> **What needs to be done**
Once the line containing "with BuildPart() as" is found in the records below, return it and each following line exactly, up to and including the line containing "(1.272613241, 9.0254), align=None)", and nothing else.

┏━━

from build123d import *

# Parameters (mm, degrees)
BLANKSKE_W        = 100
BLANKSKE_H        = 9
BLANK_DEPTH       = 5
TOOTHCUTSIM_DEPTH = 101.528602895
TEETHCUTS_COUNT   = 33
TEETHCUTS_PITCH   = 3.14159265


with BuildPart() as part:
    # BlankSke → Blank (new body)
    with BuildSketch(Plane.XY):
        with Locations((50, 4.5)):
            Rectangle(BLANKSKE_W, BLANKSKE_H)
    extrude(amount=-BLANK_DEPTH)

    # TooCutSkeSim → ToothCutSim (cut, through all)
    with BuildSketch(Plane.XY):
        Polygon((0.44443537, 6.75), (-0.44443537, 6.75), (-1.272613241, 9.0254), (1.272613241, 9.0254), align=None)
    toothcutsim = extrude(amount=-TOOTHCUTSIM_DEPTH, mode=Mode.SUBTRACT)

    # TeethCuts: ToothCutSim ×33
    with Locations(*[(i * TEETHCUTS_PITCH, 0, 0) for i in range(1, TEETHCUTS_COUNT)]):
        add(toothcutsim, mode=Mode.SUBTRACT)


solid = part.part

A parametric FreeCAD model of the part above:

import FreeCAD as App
import Part
import Sketcher
from FreeCAD import Vector
Q = App.Units.Quantity

doc = App.newDocument("Part")
body = doc.addObject("PartDesign::Body", "Body")

# Sketch on XY plane
sketch1 = body.newObject("Sketcher::SketchObject", "Sketch")
sketch1.AttachmentSupport = (doc.getObject("XY_Plane"), [""])
sketch1.MapMode = "FlatFace"
sketch1.addGeometry([
    Part.LineSegment(Vector(0, 9, 0), Vector(0, 0, 0)),
    Part.LineSegment(Vector(0, 0, 0), Vector(100, 0, 0)),
    Part.LineSegment(Vector(100, 0, 0), Vector(100, 9, 0)),
    Part.LineSegment(Vector(100, 9, 0), Vector(0, 9, 0)),
], False)
sketch1.addConstraint([
    Sketcher.Constraint("Coincident", 0, 2, 1, 1),
    Sketcher.Constraint("Coincident", 1, 2, 2, 1),
    Sketcher.Constraint("Coincident", 2, 2, 3, 1),
    Sketcher.Constraint("Coincident", 3, 2, 0, 1),
    Sketcher.Constraint("Vertical", 0),
    Sketcher.Constraint("Horizontal", 1),
    Sketcher.Constraint("Vertical", 2),
    Sketcher.Constraint("Horizontal", 3),
    Sketcher.Constraint("Coincident", 0, 2, -1, 1),
    Sketcher.Constraint("DistanceX", 1, 1, 1, 2, Q("100 mm")),
    Sketcher.Constraint("DistanceY", 0, 2, 0, 1, Q("9 mm")),
])
pad1 = body.newObject("PartDesign::Pad", "Pad")
pad1.Profile = sketch1
pad1.Length = 5
pad1.Reversed = True

# Sketch on XY plane
sketch2 = body.newObject("Sketcher::SketchObject", "Sketch001")
sketch2.AttachmentSupport = (doc.getObject("XY_Plane"), [""])
sketch2.MapMode = "FlatFace"
sketch2.addGeometry([
    Part.LineSegment(Vector(-0.444435, 6.75, 0), Vector(0.444435, 6.75, 0)),
    Part.LineSegment(Vector(0.444435, 6.75, 0), Vector(1.272613, 9.0254, 0)),
    Part.LineSegment(Vector(1.272613, 9.0254, 0), Vector(-1.272613, 9.0254, 0)),
    Part.LineSegment(Vector(-1.272613, 9.0254, 0), Vector(-0.444435, 6.75, 0)),
], False)
sketch2.addConstraint([
    Sketcher.Constraint("Coincident", 0, 2, 1, 1),
    Sketcher.Constraint("Coincident", 1, 2, 2, 1),
    Sketcher.Constraint("Coincident", 2, 2, 3, 1),
    Sketcher.Constraint("Coincident", 3, 2, 0, 1),
    Sketcher.Constraint("Horizontal", 0),
    Sketcher.Constraint("Horizontal", 2),
    Sketcher.Constraint("Equal", 1, 3),
    Sketcher.Constraint("Angle", 1, Q("70 deg")),
    Sketcher.Constraint("DistanceY", -1, 1, 0, 2, Q("6.75 mm")),
    Sketcher.Constraint("DistanceX", 0, 1, 0, 2, Q("0.888871 mm")),
    Sketcher.Constraint("DistanceY", -1, 1, 1, 2, Q("9.0254 mm")),
    Sketcher.Constraint("DistanceX", -1, 1, 0, 2, Q("0.444435 mm")),
])
pocket1 = body.newObject("PartDesign::Pocket", "Pocket")
pocket1.Profile = sketch2
pocket1.Type = "ThroughAll"
doc.recompute()

linearpattern = body.newObject("PartDesign::LinearPattern", "LinearPattern")
linearpattern.Originals = [pocket1]
linearpattern.Direction = (doc.getObject("X_Axis"), [""])
linearpattern.Mode = "offset"
linearpattern.Offset = 3.141593
linearpattern.Occurrences = 33
body.Tip = linearpattern

doc.recompute()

┗━━

> **Exercise result**
with BuildPart() as part:
    # BlankSke → Blank (new body)
    with BuildSketch(Plane.XY):
        with Locations((50, 4.5)):
            Rectangle(BLANKSKE_W, BLANKSKE_H)
    extrude(amount=-BLANK_DEPTH)

    # TooCutSkeSim → ToothCutSim (cut, through all)
    with BuildSketch(Plane.XY):
        Polygon((0.44443537, 6.75), (-0.44443537, 6.75), (-1.272613241, 9.0254), (1.272613241, 9.0254), align=None)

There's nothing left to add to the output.